KENNETH FREED served twelve seasons as Music Director of Minnesota’s Mankato Symphony Orchestra. He was also an Assistant Conductor of The Minnesota Orchestra, where he led performances on its Family and Young People’s concert series. He has conducted the Orlando Philharmonic Orchestra, Duluth Superior, Fargo-Moorhead and San Juan symphony orchestras and the Mankato Ballet Company. For more than a decade, he was a conductor at Greenwood Music Camp in Cummington, Massachusetts and also served as Music Director of Minnesota’s Kenwood Symphony Orchestra. Mr. Freed’s current season includes performances with Vietnam’s Auftdart Philharmonic Orchestra.

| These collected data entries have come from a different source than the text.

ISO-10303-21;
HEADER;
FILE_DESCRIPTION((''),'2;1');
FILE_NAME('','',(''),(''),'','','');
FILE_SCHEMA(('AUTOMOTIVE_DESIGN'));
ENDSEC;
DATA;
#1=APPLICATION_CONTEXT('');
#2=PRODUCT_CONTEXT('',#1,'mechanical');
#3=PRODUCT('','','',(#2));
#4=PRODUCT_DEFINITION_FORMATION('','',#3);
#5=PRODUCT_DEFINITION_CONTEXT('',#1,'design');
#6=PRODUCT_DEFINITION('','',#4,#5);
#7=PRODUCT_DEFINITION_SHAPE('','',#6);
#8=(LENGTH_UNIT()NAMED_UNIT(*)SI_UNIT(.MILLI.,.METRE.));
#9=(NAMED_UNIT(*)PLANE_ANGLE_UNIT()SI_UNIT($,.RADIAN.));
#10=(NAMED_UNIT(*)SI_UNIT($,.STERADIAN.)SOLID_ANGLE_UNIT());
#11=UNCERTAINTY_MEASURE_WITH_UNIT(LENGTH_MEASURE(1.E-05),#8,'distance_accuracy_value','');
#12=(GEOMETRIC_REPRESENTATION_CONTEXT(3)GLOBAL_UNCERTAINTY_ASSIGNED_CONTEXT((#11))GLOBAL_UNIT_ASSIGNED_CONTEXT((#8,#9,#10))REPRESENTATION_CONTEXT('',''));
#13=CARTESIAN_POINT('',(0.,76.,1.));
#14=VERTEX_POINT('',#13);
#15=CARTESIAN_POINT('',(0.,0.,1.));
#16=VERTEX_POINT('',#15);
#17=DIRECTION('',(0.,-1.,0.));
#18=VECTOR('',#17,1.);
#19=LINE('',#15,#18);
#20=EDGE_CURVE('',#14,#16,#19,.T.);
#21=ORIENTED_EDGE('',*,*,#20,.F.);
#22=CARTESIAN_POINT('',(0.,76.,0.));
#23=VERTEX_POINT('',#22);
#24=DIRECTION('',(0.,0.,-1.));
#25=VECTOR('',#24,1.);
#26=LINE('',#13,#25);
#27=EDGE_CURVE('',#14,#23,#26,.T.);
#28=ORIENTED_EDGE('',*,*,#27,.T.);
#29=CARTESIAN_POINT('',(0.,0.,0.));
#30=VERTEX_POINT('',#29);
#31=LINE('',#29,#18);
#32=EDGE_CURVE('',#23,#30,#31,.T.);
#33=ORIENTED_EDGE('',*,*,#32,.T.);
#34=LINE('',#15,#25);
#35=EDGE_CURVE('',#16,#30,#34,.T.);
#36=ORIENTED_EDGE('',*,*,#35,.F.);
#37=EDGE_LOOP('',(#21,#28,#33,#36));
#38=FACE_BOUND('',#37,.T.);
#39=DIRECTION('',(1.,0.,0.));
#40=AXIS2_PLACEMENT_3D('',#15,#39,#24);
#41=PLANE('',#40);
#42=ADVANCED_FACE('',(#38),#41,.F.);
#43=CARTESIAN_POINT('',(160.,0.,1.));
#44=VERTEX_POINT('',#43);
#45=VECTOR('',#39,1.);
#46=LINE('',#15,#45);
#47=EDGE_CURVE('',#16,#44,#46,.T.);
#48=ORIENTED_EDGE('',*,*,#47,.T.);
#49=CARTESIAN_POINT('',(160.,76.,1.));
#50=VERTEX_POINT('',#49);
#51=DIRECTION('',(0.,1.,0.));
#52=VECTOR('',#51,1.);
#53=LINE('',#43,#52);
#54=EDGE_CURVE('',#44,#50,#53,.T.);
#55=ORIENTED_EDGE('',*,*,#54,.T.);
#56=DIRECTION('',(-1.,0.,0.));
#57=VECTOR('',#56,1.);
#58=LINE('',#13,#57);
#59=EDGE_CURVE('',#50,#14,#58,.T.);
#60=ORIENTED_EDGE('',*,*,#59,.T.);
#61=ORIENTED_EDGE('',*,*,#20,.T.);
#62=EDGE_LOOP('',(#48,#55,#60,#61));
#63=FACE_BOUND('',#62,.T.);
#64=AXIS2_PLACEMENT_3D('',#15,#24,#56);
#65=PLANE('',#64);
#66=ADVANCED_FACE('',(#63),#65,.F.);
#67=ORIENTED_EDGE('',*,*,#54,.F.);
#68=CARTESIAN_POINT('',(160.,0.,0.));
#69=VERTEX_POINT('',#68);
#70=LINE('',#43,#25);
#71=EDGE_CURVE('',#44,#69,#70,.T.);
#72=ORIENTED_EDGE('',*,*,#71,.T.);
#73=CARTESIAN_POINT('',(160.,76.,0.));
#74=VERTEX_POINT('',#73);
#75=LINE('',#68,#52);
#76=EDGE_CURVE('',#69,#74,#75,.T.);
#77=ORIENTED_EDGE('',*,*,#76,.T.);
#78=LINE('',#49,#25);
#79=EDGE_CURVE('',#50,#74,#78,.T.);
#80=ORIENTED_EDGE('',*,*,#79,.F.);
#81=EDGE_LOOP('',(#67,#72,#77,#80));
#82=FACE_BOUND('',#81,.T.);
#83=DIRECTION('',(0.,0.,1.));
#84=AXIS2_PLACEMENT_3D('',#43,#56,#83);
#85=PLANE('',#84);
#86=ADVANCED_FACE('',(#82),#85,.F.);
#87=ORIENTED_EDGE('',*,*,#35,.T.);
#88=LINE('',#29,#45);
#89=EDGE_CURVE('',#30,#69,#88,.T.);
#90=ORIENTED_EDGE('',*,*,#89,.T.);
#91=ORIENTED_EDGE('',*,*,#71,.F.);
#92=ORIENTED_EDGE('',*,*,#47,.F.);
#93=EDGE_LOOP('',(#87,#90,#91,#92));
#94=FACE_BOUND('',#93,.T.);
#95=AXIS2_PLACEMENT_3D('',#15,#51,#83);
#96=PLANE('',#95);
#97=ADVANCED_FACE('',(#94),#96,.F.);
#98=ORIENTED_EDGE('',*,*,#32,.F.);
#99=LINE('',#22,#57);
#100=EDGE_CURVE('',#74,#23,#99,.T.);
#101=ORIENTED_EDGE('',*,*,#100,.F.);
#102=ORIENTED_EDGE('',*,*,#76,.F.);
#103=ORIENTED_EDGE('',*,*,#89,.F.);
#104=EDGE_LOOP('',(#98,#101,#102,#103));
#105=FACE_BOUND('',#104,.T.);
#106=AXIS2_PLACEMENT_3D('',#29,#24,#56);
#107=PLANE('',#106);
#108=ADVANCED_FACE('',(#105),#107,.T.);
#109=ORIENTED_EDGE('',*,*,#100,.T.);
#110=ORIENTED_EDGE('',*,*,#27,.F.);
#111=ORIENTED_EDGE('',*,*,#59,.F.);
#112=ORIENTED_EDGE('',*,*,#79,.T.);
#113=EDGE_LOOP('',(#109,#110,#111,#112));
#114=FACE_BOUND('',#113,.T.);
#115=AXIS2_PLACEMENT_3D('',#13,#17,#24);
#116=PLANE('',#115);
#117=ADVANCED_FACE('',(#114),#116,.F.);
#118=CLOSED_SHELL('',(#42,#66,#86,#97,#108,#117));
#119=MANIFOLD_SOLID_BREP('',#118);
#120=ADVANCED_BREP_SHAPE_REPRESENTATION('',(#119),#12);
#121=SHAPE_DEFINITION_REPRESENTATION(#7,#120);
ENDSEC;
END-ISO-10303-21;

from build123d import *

# Parameters (mm, degrees)
SKETCH_1_W      = 160
SKETCH_1_H      = 76
EXTRUDE_1_DEPTH = 1


with BuildPart() as part:
    # 草图1 → 凸台-拉伸1 (new body)
    with BuildSketch(Plane.XY):
        with Locations((80, 38)):
            Rectangle(SKETCH_1_W, SKETCH_1_H)
    extrude(amount=EXTRUDE_1_DEPTH)


solid = part.part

Kenneth Freed is well regarded as an orchestra builder, skilled in external relations and community and artistic collaboration. During his tenure in Mankato, ticket sales and fundraising reached new highs, as has state support for the orchestra. In 2010, the orchestra became a partner in an unprecedented $67,000 grant from the Minnesota State Arts Board to create and launch the Dakota Music Tour, a free public concert series, engaging the state’s Dakota communities through concerts by merging American Indian and Western classical music. A 2012 grant of $10,000 from the National Endowment for the Arts helped support the special presentation, Deconstructing Don Quixote; another $10,000 grant in 2018 made possible an “Inside Out” concert, during which first-time concertgoers sat among the orchestra members for an up-close experience of music-making. In 2019, he secured a transformational bequest of $500,000. While leading the Kenwood Symphony, Mr. Freed grew the ensemble from a chamber orchestra to a full symphony orchestra and developed an education program including school partnerships that continue to this day.

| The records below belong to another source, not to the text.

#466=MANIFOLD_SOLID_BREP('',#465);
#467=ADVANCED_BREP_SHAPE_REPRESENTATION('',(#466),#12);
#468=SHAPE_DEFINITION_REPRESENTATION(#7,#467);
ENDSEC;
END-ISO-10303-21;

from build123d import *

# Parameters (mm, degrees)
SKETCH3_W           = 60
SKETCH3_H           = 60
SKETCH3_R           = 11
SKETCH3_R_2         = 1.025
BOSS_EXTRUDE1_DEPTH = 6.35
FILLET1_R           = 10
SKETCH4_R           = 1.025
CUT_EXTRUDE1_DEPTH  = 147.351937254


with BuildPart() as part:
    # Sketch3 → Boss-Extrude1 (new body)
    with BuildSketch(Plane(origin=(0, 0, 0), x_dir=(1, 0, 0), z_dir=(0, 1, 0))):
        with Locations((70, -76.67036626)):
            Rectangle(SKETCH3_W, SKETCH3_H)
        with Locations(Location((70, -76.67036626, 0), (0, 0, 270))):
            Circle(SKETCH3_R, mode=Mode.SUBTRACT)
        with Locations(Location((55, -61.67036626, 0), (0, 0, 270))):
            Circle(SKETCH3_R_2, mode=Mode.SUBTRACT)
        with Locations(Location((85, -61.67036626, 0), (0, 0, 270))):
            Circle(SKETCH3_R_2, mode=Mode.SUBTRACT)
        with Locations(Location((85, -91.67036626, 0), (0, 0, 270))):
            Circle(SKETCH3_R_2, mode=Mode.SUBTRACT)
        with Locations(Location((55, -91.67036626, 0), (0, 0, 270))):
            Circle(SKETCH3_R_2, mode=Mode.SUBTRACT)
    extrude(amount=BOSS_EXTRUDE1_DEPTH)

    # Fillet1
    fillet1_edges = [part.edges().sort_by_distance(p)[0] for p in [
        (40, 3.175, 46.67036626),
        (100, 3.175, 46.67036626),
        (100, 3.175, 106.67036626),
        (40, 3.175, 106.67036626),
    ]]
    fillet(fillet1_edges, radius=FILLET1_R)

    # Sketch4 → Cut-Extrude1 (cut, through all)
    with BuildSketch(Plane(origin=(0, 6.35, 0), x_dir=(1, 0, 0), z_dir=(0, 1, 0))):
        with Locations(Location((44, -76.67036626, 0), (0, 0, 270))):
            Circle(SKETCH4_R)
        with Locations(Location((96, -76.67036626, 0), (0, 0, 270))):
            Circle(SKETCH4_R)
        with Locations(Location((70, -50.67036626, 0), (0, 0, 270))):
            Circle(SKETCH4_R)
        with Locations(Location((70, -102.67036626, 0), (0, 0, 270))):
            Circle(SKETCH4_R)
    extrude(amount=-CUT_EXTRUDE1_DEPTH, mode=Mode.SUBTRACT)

After attending The Juilliard School’s Pre-College Division, Kenneth Freed received a Bachelor of Arts in English Literature from Yale College, as well as a Master of Music Performance from the Yale School of Music. He began conducting while at Yale, and attended the National Symphony Orchestra’s Conductor’s Institute, headed by Leonard Slatkin, at the John F. Kennedy Center for the Performing Arts in Washington, DC. Mr. Freed also participated in conducting courses taught by the renowned Finnish maestro, Jorma Panula.

In addition to his active conducting schedule, Kenneth Freed has been a violist with The Minnesota Orchestra since 1998. He founded and served for ten years as President of the Learning Through Music Consulting Group to improve educational results. Before coming to Minnesota, he was a regular substitute violist for the New York Philharmonic and a five-year member of the Manhattan String Quartet, with whom he recorded and toured internationally. He also played second violin with the Rosalyra String Quartet, and has recorded and toured with that ensemble, winning a prestigious McKnight Artist Fellowship.

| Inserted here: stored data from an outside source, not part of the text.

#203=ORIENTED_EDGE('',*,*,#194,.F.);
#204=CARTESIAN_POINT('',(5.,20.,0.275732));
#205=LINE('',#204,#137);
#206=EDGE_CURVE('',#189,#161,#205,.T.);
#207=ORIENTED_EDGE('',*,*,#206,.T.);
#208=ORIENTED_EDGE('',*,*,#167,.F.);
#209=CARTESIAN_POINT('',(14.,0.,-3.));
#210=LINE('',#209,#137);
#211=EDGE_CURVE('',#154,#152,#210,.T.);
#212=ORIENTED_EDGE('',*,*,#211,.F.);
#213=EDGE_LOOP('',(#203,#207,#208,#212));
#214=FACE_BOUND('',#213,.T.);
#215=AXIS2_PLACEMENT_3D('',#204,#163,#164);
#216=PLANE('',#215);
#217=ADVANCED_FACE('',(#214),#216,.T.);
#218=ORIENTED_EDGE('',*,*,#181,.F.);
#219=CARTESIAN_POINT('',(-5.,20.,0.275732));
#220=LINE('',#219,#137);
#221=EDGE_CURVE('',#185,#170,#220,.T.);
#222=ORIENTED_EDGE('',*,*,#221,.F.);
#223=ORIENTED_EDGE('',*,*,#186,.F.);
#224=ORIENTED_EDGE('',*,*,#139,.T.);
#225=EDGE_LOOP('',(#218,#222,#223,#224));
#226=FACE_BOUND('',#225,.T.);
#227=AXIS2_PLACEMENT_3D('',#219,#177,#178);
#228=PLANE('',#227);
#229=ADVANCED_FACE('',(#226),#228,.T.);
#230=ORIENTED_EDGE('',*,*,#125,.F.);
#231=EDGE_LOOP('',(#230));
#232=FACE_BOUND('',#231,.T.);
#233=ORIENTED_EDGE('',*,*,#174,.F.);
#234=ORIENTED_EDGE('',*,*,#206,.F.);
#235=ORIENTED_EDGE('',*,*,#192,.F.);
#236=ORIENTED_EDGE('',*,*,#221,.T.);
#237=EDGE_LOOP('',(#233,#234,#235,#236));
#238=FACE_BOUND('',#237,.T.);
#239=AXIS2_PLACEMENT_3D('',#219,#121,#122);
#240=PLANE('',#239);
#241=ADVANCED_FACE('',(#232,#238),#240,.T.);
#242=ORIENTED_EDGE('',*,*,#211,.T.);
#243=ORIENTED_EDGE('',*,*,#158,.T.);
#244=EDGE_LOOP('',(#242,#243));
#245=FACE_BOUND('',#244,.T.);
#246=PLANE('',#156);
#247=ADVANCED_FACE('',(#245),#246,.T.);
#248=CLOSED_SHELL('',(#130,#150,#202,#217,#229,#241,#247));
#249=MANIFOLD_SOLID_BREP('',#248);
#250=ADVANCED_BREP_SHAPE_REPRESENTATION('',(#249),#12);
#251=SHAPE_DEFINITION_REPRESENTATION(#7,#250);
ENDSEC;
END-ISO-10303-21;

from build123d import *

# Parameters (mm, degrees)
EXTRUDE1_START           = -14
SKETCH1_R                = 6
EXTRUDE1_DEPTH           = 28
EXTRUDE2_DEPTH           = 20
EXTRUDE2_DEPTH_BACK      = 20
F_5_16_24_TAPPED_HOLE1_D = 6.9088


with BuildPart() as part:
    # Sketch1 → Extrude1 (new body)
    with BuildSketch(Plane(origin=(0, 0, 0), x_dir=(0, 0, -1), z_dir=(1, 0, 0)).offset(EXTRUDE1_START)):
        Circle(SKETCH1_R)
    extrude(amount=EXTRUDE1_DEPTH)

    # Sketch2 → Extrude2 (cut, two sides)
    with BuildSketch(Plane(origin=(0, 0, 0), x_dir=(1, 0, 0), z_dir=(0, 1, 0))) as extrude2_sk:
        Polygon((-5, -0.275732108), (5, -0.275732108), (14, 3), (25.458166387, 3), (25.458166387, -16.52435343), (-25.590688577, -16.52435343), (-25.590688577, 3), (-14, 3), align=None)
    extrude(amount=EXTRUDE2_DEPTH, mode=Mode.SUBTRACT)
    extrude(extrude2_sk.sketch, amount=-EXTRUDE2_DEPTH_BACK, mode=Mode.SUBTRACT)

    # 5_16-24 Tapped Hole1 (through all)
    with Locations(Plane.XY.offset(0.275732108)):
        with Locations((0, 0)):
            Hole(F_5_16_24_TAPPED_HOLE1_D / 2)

Kenneth Freed is a winner of a 2011-12 Yale School of Music alumniVentures award for assisting English Language Learners in Mankato through music, a project that is a collaboration between the Mankato Symphony Orchestra and the Mankato School District using music to find a solution to the achievement gap between native English speakers and English Language Learners at the elementary school level.

‘Kings of Soul’ was a huge success! Kenneth Freed’s engagement and enthusiasm were contagious among soloists, orchestra and audience. I heard nothing but great feedback from those who worked with him as he showed great leadership, technical skills and artistic excellence.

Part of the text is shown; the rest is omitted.